I've heard guys having really good results with Stans rims and certain tires (Muds, for one). Building up a wheel set with Stans rims is going to cost you more than a comparable tubular set.

I'm with atpjunkie. We've got a good system already and I'm not convinced that tubeless is better.

HTH YMMV NTTAWWT


----------



## jroden (Jun 15, 2004)

So far, I'm enjoying my Hutchinson tubeless on Roval Pave wheels with the stan's kits installed, they seem to hold well at pretty low PSI, I'm going to keep trying to roll them off as time goes by. 

I think they will be a good setup for some courses and I suspect they will end up being the technology that really suits cross. The girth of the Hutchinson Bulldog tire is a liability, if they made one about the size of a standard Grifo, it would be a lot nicer. I'm curious if that big beefy tire will roll ok at 40 psi or less, if so it may be a really nice setup.

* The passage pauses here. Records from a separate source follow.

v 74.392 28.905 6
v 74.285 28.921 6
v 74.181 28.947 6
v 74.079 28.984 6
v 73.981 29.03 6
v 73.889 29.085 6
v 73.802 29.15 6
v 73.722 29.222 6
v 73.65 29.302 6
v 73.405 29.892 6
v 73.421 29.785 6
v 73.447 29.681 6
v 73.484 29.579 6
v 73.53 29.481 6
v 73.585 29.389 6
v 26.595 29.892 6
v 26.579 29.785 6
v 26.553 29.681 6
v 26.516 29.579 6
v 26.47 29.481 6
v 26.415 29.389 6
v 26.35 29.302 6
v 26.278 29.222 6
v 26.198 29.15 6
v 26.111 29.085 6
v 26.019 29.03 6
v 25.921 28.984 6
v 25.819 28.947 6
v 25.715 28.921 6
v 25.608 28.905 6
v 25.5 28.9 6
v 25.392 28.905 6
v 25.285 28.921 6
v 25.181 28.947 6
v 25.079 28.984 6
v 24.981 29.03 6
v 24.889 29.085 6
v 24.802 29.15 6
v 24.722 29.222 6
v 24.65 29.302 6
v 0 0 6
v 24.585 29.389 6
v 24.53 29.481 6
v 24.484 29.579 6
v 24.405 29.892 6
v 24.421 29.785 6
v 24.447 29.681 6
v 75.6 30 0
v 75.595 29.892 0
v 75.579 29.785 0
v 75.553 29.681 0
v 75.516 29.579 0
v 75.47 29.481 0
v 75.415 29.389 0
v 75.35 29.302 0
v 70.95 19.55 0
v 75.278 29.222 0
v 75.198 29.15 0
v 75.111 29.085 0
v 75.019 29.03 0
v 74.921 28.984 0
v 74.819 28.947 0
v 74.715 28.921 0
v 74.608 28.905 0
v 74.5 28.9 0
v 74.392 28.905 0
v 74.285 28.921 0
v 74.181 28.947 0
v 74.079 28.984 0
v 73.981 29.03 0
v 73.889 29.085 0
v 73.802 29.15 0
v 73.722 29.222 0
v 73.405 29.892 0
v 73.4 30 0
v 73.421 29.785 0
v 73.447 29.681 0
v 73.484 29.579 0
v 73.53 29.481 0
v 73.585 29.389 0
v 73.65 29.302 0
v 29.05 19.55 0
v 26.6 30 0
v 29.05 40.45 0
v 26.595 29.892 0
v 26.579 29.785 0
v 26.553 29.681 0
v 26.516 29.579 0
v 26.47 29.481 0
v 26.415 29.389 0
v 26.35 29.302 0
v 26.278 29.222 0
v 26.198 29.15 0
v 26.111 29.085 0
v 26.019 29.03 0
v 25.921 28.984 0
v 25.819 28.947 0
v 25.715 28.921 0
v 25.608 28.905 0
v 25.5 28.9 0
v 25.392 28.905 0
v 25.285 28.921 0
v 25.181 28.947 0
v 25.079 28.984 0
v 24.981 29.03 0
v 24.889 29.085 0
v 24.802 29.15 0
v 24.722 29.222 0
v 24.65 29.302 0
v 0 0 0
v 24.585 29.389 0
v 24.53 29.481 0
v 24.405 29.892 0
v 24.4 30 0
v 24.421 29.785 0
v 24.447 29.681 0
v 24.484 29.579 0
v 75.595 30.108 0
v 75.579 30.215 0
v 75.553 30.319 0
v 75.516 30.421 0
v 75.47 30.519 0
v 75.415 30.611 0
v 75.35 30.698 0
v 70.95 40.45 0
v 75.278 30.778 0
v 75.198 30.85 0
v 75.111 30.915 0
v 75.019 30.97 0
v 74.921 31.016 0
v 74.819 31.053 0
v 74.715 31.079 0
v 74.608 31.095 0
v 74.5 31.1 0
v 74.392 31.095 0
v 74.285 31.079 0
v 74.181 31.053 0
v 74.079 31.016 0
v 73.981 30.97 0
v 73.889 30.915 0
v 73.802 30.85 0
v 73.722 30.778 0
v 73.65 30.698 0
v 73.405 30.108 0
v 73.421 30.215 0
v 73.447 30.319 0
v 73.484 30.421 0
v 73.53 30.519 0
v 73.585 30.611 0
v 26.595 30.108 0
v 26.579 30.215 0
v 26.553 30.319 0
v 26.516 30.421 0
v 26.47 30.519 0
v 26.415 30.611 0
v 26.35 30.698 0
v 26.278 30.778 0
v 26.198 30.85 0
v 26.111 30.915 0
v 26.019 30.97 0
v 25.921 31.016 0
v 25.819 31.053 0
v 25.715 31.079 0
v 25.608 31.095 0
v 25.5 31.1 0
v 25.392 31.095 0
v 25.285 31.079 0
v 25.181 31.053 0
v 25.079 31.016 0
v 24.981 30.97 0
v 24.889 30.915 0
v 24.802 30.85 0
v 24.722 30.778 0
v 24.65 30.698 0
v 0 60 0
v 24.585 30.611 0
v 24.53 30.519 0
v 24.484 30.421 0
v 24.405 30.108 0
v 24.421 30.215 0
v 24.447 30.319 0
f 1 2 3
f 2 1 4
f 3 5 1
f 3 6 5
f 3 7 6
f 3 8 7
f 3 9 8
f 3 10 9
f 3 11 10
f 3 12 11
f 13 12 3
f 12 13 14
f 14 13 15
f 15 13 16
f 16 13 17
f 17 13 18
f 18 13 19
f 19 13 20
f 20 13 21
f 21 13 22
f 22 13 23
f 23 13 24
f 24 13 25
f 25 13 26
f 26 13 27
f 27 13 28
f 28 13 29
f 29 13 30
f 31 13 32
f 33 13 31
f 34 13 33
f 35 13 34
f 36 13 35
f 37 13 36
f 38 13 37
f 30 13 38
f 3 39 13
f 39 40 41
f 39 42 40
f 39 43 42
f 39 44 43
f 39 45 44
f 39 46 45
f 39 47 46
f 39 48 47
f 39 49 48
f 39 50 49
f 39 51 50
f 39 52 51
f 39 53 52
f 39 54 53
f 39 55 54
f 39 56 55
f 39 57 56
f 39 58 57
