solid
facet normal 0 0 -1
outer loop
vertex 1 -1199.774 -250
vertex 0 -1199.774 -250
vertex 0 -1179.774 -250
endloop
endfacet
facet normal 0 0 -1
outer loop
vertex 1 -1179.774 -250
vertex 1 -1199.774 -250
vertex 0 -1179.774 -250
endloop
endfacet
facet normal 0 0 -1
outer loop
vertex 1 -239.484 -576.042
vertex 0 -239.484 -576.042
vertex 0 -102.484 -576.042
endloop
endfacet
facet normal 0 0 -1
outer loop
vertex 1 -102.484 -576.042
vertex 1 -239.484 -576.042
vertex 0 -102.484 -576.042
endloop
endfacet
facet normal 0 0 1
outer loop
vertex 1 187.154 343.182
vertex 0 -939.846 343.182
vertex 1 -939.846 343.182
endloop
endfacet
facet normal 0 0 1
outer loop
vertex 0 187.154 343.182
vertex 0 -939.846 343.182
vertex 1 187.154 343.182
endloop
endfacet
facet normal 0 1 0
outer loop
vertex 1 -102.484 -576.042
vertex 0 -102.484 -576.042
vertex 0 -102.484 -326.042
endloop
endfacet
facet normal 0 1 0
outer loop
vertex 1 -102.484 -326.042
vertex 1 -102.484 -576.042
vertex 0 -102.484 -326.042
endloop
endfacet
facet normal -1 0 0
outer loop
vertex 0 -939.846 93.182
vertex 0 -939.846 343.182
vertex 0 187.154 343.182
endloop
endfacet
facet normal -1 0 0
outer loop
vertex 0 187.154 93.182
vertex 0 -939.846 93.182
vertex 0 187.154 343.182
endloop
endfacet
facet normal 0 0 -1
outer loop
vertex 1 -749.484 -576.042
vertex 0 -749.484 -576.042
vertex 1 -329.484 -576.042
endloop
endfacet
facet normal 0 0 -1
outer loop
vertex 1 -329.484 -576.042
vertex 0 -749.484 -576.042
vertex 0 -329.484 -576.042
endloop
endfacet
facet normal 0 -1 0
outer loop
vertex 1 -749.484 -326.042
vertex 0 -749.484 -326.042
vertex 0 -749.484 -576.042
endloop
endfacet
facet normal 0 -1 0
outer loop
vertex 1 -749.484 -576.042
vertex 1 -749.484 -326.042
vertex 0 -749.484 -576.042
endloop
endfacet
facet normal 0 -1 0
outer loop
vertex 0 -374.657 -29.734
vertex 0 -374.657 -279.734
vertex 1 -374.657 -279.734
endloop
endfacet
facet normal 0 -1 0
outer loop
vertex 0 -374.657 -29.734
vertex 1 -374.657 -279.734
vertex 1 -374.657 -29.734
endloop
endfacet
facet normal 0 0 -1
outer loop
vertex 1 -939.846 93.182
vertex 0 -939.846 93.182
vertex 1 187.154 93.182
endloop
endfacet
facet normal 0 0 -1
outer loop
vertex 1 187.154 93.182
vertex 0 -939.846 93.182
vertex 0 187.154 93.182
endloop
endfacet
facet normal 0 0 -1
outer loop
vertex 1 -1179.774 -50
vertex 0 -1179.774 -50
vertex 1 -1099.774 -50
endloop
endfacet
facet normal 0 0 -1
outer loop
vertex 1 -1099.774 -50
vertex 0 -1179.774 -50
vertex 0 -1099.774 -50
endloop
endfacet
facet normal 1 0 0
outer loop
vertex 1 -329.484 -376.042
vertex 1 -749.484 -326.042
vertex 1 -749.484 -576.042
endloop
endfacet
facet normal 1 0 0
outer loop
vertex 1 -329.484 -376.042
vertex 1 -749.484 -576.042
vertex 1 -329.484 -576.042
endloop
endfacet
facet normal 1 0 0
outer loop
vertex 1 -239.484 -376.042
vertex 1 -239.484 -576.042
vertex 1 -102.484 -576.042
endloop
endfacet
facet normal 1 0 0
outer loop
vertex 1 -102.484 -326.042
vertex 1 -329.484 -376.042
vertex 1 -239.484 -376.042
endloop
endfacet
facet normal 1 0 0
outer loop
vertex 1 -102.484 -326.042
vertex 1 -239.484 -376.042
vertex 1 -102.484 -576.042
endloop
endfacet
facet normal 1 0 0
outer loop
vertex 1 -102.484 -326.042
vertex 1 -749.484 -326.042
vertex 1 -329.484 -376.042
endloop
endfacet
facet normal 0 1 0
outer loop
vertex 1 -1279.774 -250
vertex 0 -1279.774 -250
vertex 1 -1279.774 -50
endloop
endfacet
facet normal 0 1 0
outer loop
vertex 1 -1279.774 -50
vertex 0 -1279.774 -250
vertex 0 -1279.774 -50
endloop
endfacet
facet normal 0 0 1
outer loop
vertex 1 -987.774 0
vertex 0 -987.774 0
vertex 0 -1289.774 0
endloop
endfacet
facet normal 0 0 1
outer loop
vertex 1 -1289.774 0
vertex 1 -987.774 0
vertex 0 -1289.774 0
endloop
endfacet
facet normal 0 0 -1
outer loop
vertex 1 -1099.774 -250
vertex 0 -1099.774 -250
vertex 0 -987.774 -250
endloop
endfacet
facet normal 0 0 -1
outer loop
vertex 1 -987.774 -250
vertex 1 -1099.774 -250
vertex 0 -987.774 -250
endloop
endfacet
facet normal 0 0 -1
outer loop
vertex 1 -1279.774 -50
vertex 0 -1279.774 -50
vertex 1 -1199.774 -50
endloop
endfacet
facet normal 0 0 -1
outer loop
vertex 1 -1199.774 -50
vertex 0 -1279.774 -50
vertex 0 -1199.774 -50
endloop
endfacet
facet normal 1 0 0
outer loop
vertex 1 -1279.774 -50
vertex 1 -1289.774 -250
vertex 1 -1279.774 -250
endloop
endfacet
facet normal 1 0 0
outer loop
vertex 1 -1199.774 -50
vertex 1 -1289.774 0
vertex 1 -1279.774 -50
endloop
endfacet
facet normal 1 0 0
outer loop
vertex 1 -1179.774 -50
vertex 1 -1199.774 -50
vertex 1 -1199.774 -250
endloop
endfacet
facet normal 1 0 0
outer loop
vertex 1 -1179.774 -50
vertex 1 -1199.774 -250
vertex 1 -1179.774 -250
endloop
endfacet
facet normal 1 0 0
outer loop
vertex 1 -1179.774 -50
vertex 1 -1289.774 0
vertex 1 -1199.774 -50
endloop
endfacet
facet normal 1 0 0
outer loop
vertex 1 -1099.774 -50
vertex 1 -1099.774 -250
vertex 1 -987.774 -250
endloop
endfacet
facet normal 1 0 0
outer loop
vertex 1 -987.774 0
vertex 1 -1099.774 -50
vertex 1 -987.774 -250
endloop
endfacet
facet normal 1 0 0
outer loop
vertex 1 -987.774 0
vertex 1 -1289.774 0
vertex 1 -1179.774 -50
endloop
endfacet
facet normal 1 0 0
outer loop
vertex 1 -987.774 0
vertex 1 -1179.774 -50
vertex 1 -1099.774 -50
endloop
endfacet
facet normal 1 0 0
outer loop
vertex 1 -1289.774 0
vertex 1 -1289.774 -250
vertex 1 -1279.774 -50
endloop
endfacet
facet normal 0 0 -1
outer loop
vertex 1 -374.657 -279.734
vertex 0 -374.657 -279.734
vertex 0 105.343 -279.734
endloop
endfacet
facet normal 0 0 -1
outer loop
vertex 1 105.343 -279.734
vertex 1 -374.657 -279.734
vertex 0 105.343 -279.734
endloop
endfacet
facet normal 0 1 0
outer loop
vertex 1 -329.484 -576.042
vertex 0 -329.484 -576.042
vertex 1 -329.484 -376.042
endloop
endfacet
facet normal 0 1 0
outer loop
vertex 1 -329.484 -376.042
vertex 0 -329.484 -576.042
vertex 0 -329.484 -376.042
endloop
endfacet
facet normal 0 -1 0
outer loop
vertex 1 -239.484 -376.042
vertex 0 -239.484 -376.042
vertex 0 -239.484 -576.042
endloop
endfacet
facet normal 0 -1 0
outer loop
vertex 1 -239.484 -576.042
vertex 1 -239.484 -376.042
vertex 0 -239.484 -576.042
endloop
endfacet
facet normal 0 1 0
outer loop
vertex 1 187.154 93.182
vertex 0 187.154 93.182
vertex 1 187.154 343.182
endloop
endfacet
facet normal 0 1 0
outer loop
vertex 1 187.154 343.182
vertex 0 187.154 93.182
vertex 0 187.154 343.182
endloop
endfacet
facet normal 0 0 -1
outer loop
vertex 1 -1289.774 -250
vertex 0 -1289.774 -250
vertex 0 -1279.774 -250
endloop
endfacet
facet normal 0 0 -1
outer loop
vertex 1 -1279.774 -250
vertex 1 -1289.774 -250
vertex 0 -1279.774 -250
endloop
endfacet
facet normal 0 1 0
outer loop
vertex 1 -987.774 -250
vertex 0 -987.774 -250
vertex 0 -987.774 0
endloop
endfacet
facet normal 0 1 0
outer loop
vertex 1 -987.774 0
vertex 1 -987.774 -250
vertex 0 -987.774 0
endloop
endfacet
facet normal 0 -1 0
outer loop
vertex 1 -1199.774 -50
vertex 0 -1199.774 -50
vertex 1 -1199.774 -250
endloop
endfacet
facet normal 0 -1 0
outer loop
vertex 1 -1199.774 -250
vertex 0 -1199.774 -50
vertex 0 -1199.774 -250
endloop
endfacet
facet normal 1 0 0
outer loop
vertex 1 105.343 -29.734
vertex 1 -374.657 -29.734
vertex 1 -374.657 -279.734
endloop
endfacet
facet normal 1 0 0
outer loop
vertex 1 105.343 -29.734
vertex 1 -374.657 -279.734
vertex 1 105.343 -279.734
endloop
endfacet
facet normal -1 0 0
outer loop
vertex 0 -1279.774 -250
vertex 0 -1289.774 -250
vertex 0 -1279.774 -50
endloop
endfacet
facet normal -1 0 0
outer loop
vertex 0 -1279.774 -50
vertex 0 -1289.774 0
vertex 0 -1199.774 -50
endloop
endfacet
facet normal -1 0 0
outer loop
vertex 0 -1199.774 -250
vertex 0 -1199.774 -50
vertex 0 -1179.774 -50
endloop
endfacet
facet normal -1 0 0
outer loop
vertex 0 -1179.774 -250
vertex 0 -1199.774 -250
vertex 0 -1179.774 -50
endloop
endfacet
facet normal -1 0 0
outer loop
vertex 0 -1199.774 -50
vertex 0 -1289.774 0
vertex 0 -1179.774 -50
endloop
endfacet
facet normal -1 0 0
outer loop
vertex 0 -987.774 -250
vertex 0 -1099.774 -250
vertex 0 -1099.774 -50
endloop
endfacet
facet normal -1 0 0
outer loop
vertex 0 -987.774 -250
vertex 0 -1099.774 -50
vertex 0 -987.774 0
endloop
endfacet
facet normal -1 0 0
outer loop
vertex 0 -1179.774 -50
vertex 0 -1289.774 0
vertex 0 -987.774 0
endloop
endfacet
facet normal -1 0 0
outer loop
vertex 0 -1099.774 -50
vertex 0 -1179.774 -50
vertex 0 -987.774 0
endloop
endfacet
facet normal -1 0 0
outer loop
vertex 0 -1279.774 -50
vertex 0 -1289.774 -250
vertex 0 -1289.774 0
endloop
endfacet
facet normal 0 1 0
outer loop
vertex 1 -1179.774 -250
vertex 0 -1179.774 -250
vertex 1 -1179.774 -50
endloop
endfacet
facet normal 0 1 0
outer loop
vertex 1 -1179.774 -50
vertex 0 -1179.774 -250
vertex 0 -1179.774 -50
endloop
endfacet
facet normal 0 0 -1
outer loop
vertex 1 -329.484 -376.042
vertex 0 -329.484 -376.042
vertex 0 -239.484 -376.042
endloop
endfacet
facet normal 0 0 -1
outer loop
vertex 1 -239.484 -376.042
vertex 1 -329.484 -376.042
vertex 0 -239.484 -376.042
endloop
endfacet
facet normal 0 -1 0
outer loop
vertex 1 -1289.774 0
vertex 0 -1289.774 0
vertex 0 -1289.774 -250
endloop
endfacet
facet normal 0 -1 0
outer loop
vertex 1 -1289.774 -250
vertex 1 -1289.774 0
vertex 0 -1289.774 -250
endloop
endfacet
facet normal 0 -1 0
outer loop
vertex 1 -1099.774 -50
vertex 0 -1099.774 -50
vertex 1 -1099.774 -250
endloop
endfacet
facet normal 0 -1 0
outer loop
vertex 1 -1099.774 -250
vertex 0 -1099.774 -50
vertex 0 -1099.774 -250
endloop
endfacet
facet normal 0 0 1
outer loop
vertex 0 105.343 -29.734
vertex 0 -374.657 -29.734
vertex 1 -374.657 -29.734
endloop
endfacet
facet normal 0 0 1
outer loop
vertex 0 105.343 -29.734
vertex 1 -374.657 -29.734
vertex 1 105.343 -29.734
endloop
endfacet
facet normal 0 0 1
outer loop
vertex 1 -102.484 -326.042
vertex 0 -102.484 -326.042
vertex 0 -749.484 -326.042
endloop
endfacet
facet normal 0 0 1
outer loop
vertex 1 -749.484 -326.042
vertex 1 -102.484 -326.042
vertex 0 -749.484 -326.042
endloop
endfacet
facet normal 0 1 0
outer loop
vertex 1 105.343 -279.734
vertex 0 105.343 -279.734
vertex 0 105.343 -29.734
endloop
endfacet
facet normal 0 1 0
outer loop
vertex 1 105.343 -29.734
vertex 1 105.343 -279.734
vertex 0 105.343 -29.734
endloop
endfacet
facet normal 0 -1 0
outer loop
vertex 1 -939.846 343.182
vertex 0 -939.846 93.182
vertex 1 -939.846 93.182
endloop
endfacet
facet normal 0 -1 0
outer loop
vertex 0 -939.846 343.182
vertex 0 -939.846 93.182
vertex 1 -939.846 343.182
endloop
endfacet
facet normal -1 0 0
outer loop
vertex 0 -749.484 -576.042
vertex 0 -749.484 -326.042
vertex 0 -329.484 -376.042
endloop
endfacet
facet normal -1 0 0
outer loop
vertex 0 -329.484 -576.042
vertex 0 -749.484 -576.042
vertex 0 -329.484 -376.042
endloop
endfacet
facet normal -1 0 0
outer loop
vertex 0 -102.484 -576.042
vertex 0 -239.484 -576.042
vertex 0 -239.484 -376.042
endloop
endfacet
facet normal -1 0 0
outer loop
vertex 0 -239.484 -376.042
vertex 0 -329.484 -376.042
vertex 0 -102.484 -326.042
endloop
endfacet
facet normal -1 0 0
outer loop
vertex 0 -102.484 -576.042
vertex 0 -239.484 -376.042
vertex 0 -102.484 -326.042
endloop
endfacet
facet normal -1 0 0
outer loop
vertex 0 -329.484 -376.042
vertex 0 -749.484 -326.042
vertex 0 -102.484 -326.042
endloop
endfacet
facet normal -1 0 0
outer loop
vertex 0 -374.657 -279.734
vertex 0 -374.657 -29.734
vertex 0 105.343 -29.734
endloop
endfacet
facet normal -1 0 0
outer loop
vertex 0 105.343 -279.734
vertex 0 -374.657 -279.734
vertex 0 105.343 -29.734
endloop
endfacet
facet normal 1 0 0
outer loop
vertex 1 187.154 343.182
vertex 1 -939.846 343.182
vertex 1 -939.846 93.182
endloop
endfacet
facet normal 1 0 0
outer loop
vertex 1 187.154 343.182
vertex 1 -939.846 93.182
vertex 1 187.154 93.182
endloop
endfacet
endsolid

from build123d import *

# Parameters (mm, degrees)
F0_W     = 1127
F0_H     = 250
F0_W_2   = 480
F1_DEPTH = 1


with BuildPart() as f1:
    # F0 (on Right) → F1 (new body)
    with BuildSketch(Plane.YZ):
        with Locations((-376.345618, 218.181528)):
            Rectangle(F0_W, F0_H)
        Polygon((-987.774299, 0), (-1289.774299, 0), (-1289.774299, -250), (-1279.774299, -250), (-1279.774299, -50), (-1199.774299, -50), (-1199.774299, -250), (-1179.774299, -250), (-1179.774299, -50), (-1099.774299, -50), (-1099.774299, -250), (-987.774299, -250), align=None)
        with Locations((-134.656926, -154.733807)):
            Rectangle(F0_W_2, F0_H)
        Polygon((-102.484159, -326.041937), (-749.484159, -326.041937), (-749.484159, -576.041937), (-329.484159, -576.041937), (-329.484159, -376.041937), (-239.484159, -376.041937), (-239.484159, -576.041937), (-102.484159, -576.041937), align=None)
    extrude(amount=F1_DEPTH)


solid = f1.part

I love how cyclists are so quick to reject change, something about the sport I guess and I'm guilty myself sometimes.


----------



## PeanutButterBreath (Dec 4, 2005)

SleeveleSS said:


> How do you know it will never be as good? You don't. It is debatable whether it is as good currently (completely subjective and dependent on who you ask), but you have no idea what the future tech. will bring.


We know because tubeless clinchers are still *clinchers*, and as such continue to suffer many of the weaknesses inherent to the design of clinchers tires and rims.

Tubless clinchers only even offer to address a couple of these weaknesses. They won't pinch flat, which is good. They _might_ save some weight, but if they requier stronger beads, modified rims and "beefier" sidewalls and sealants, that is an open question.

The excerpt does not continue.